These are the key concepts you need to understand to accurately answer the question.

Combinatorics
Combinatorics is a branch of mathematics that focuses on counting, arrangement, and combination of objects. It helps us determine the number of different ways to choose or arrange items under given conditions. This is particularly useful in fields such as probability, statistics, and computer science. In our given exercise, we use combinatorics to find the number of possible 2-card hands from a deck of 5 cards.
Factorials
A factorial, denoted by the symbol \(!\), is a mathematical operation that multiplies a number by every positive integer less than itself.

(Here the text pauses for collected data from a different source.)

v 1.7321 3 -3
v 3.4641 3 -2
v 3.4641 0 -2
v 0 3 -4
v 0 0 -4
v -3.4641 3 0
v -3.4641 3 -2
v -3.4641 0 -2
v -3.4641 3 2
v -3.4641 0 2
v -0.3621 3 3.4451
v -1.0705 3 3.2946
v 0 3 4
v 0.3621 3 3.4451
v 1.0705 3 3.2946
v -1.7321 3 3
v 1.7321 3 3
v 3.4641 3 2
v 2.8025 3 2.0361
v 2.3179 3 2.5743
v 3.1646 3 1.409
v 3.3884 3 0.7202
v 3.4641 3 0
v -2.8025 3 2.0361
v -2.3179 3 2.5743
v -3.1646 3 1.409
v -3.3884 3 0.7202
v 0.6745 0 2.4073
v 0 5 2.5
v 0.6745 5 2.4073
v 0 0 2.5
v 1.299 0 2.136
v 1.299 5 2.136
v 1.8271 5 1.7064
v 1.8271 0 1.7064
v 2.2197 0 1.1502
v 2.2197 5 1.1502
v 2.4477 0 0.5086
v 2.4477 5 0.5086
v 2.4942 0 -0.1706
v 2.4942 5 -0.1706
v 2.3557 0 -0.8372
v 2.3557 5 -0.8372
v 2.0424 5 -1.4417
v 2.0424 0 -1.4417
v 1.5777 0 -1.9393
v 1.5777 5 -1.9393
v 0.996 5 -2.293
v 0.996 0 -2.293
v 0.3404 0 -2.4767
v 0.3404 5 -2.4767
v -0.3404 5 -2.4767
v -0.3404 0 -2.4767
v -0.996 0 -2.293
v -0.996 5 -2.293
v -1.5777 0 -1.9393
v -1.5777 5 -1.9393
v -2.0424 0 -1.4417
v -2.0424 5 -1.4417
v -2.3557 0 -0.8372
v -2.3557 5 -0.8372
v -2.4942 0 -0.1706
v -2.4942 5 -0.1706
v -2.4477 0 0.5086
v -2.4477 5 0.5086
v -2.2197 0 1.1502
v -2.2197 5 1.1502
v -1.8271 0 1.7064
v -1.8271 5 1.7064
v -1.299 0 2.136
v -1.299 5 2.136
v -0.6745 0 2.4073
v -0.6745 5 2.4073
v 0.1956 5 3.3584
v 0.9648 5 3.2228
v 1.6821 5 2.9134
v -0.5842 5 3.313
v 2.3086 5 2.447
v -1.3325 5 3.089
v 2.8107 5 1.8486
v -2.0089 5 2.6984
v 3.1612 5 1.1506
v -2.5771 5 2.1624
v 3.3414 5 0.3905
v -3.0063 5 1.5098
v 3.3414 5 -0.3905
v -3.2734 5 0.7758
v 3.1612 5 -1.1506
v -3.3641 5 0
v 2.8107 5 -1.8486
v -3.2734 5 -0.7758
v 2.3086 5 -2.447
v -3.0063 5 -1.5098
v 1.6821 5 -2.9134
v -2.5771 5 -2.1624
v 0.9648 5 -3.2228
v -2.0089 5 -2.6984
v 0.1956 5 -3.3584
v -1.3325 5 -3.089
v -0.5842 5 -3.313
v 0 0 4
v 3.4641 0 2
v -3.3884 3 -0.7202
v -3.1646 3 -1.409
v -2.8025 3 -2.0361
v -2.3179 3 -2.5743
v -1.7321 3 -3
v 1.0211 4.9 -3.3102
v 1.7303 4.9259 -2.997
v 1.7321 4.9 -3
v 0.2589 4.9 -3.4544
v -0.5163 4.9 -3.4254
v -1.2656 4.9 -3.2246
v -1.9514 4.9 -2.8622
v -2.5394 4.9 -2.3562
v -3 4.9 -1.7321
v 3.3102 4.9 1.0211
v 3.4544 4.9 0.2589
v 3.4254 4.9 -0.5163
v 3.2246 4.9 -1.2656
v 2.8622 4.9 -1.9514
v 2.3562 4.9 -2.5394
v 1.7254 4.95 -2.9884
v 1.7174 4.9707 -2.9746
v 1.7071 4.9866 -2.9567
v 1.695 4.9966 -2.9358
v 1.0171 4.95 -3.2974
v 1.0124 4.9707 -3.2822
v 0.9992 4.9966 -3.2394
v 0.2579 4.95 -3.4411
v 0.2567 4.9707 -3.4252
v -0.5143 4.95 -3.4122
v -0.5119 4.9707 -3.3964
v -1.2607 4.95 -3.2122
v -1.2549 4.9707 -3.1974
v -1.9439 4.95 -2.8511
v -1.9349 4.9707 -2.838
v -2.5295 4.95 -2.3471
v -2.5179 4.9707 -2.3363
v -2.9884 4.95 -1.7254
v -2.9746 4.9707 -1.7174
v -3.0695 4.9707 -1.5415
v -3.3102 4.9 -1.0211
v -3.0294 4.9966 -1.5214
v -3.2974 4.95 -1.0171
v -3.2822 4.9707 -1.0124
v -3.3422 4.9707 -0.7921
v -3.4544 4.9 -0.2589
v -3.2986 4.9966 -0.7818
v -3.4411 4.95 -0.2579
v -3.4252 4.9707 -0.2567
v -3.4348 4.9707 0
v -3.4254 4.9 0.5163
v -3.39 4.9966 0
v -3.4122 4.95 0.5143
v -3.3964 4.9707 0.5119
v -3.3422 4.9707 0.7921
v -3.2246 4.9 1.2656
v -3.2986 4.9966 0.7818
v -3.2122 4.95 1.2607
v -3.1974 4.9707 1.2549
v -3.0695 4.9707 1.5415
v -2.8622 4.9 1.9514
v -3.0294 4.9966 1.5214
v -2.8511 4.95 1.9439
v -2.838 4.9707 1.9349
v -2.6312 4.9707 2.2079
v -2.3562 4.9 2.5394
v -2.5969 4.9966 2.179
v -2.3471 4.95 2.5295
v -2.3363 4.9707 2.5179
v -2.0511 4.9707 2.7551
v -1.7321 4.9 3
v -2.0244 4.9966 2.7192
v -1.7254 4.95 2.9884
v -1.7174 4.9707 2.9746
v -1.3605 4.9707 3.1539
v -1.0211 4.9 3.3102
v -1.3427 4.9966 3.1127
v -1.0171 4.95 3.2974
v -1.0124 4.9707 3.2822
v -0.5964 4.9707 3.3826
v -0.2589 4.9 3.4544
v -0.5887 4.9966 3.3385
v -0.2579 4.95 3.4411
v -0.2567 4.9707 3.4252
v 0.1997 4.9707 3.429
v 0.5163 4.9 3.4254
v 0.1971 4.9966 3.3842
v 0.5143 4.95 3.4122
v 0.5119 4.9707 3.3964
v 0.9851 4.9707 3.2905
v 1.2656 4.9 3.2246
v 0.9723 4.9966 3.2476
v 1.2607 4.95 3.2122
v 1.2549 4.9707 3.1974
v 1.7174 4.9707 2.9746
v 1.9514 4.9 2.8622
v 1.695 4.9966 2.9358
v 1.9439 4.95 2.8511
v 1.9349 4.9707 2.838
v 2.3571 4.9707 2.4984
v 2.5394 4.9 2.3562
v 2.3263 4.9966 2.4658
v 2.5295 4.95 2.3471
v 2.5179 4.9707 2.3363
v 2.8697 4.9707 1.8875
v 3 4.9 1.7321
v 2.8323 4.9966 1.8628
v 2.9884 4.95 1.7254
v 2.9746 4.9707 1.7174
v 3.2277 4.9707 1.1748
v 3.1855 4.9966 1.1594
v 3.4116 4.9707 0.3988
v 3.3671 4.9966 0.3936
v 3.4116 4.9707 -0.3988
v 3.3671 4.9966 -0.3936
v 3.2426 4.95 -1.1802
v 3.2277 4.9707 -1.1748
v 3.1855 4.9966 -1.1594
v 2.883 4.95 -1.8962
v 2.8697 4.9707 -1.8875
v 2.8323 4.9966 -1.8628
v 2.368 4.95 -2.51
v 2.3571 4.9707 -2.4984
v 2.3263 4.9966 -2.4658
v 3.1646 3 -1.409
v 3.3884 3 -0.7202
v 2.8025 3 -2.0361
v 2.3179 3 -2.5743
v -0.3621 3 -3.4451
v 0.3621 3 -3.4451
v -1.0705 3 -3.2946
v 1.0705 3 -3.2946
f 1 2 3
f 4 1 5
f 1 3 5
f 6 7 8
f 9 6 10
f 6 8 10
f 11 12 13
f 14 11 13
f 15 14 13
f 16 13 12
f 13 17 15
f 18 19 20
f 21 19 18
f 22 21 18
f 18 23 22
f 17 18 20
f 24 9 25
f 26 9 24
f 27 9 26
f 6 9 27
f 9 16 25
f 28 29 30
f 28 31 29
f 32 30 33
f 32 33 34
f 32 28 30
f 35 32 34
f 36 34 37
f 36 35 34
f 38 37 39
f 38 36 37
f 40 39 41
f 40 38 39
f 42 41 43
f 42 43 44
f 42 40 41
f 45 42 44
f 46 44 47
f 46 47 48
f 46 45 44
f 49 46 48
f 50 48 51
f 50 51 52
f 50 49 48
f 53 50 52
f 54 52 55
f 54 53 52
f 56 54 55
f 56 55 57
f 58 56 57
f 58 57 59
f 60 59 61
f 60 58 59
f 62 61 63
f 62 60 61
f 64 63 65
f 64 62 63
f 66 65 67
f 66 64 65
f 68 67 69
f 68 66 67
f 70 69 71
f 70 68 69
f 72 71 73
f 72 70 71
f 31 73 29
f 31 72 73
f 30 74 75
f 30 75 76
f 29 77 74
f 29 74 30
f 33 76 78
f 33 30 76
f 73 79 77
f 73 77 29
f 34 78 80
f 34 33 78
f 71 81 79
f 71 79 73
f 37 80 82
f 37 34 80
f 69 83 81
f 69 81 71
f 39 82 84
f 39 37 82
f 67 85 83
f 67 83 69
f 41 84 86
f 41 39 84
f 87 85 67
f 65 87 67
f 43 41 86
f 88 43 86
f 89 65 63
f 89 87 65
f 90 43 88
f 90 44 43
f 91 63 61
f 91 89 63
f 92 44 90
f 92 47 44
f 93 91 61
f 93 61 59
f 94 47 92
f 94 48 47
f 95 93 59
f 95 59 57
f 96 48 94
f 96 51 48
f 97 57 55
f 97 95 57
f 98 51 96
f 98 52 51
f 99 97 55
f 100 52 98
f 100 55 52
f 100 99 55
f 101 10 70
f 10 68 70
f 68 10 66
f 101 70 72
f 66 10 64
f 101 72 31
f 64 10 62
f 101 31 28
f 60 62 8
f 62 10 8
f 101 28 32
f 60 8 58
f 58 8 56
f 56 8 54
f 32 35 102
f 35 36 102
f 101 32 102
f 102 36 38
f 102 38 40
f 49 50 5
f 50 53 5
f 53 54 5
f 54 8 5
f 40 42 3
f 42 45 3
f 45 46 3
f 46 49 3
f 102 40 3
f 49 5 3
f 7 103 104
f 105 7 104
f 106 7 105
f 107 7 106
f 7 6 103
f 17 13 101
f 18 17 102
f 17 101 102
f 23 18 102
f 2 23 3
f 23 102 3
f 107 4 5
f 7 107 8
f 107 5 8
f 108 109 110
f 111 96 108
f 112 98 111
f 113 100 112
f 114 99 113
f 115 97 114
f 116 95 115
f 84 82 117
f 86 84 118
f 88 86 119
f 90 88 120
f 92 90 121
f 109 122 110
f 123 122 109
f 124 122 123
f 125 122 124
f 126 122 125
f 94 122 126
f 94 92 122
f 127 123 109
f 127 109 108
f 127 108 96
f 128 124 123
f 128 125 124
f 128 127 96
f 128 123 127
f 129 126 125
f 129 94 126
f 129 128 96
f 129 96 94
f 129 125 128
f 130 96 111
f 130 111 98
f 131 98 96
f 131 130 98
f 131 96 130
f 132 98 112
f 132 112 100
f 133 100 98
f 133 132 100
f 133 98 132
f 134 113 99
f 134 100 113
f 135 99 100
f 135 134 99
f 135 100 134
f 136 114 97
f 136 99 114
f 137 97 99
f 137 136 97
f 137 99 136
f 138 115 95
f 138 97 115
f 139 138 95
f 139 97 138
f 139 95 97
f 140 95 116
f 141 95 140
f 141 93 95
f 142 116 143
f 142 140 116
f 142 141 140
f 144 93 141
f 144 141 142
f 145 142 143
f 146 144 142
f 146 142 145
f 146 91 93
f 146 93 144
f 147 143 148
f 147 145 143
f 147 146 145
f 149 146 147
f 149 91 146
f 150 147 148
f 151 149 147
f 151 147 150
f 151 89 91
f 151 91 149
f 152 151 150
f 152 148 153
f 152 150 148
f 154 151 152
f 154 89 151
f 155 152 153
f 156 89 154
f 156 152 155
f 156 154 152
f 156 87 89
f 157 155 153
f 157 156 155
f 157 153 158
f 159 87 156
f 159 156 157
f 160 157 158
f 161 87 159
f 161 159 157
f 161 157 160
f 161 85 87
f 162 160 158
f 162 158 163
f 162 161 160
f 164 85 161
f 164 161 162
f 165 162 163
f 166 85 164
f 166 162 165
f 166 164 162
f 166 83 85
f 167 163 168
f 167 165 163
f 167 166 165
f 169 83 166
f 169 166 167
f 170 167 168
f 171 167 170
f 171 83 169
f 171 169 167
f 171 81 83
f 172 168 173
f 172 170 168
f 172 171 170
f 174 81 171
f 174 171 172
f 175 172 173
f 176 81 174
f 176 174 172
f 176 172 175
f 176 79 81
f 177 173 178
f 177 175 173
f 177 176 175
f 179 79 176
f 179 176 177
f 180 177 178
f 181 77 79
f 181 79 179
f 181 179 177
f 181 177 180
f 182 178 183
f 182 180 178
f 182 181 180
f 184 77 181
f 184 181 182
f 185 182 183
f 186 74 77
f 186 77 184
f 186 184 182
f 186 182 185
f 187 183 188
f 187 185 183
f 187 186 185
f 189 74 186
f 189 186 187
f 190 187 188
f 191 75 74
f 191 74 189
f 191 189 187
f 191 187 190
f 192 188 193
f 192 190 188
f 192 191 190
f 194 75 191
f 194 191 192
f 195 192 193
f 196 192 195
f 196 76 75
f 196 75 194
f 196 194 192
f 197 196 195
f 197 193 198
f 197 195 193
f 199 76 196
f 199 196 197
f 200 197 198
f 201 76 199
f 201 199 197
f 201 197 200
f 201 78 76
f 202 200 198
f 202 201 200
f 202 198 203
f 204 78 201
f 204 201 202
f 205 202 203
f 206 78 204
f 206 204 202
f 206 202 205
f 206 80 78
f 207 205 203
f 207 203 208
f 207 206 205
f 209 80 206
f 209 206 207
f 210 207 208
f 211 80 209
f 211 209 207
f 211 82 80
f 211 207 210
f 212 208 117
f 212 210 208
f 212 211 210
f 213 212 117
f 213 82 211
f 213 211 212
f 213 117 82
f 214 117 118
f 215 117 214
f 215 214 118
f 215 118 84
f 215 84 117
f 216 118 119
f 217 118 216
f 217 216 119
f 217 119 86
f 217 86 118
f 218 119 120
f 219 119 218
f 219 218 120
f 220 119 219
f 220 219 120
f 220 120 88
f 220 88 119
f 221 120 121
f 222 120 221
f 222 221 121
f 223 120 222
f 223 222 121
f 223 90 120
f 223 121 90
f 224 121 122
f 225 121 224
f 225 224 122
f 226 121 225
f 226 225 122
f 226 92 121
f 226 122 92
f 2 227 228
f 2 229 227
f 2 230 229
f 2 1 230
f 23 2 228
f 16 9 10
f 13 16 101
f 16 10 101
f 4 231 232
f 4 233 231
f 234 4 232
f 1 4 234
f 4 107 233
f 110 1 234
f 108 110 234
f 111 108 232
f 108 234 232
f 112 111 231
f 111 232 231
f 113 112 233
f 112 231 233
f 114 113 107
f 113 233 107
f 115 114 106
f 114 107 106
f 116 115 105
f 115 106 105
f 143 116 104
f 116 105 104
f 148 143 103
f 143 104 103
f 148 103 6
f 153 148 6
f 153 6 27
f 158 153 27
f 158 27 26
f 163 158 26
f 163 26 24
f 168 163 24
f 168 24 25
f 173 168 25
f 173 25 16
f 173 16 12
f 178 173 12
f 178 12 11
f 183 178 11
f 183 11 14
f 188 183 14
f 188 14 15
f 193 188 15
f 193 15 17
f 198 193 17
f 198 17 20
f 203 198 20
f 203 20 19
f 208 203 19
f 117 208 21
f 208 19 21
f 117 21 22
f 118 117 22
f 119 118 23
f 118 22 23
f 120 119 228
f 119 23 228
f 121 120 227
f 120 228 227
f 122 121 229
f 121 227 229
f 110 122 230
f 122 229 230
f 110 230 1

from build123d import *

# Parameters (mm, degrees)
SKETCH1_R           = 2.5
BOSS_EXTRUDE1_DEPTH = 3
SKETCH2_R           = 3.464101615
SKETCH2_R_2         = 2.5
BOSS_EXTRUDE2_DEPTH = 2
FILLET1_R           = 0.1


with BuildPart() as part:
    # Sketch1 → Boss-Extrude1 (new body)
    with BuildSketch(Plane(origin=(0, 0, 0), x_dir=(1, 0, 0), z_dir=(0, 1, 0))):
        Polygon((0, 4), (-3.464101615, 2), (-3.464101615, -2), (0, -4), (3.464101615, -2), (3.464101615, 2), align=None)
        with Locations(Location((0, 0, 0), (0, 0, 270))):
            Circle(SKETCH1_R, mode=Mode.SUBTRACT)
    extrude(amount=BOSS_EXTRUDE1_DEPTH)

    # Sketch2 → Boss-Extrude2 (add)
    with BuildSketch(Plane(origin=(0, 3, 0), x_dir=(1, 0, 0), z_dir=(0, 1, 0))):
        with Locations(Location((0, 0, 0), (0, 0, 60))):
            Circle(SKETCH2_R)
        with Locations(Location((0, 0, 0), (0, 0, 270))):
            Circle(SKETCH2_R_2, mode=Mode.SUBTRACT)
    extrude(amount=BOSS_EXTRUDE2_DEPTH)

    # Fillet1
    fillet1_edges = [part.edges().sort_by_distance(p)[0] for p in [
        (-1.732050808, 5, 3),
    ]]
    fillet(fillet1_edges, radius=FILLET1_R)


solid = part.part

For example, the factorial of 5 (written as \(5!\)) is calculated as \(5 \times 4 \times 3 \times 2 \times 1 = 120.\). Factorials grow very quickly with larger numbers and are extensively used in combinatorics. Here are some essential points:
  • The factorial of 0 is defined as 1: \(0! = 1\).
  • Factorials are only defined for non-negative integers.
In our problem, we use the factorial concept to solve the combination formula.
Combination Formula
The combination formula is used to calculate the number of ways to choose \(k\) items from \(n\) items without considering the order. It is given by \[C(n, k) = \frac{n!}{k!(n-k)!}\]. The logic behind this formula is to divide the total number of arrangements \(n!\) by the arrangements of the selected items \(k!\) and the arrangements of the remaining items \((n - k)!\). Let's break this down with an example:
  • You have 5 cards and need to draw 2 cards. So, \(n = 5\) and \(k = 2\).
  • Using the formula: \[C(5, 2) = \frac{5!}{2! \times 3!} = \frac{120}{2 \times 6} = 10\].
This gives us the final answer: there are 10 different ways to draw 2 cards from a set of 5.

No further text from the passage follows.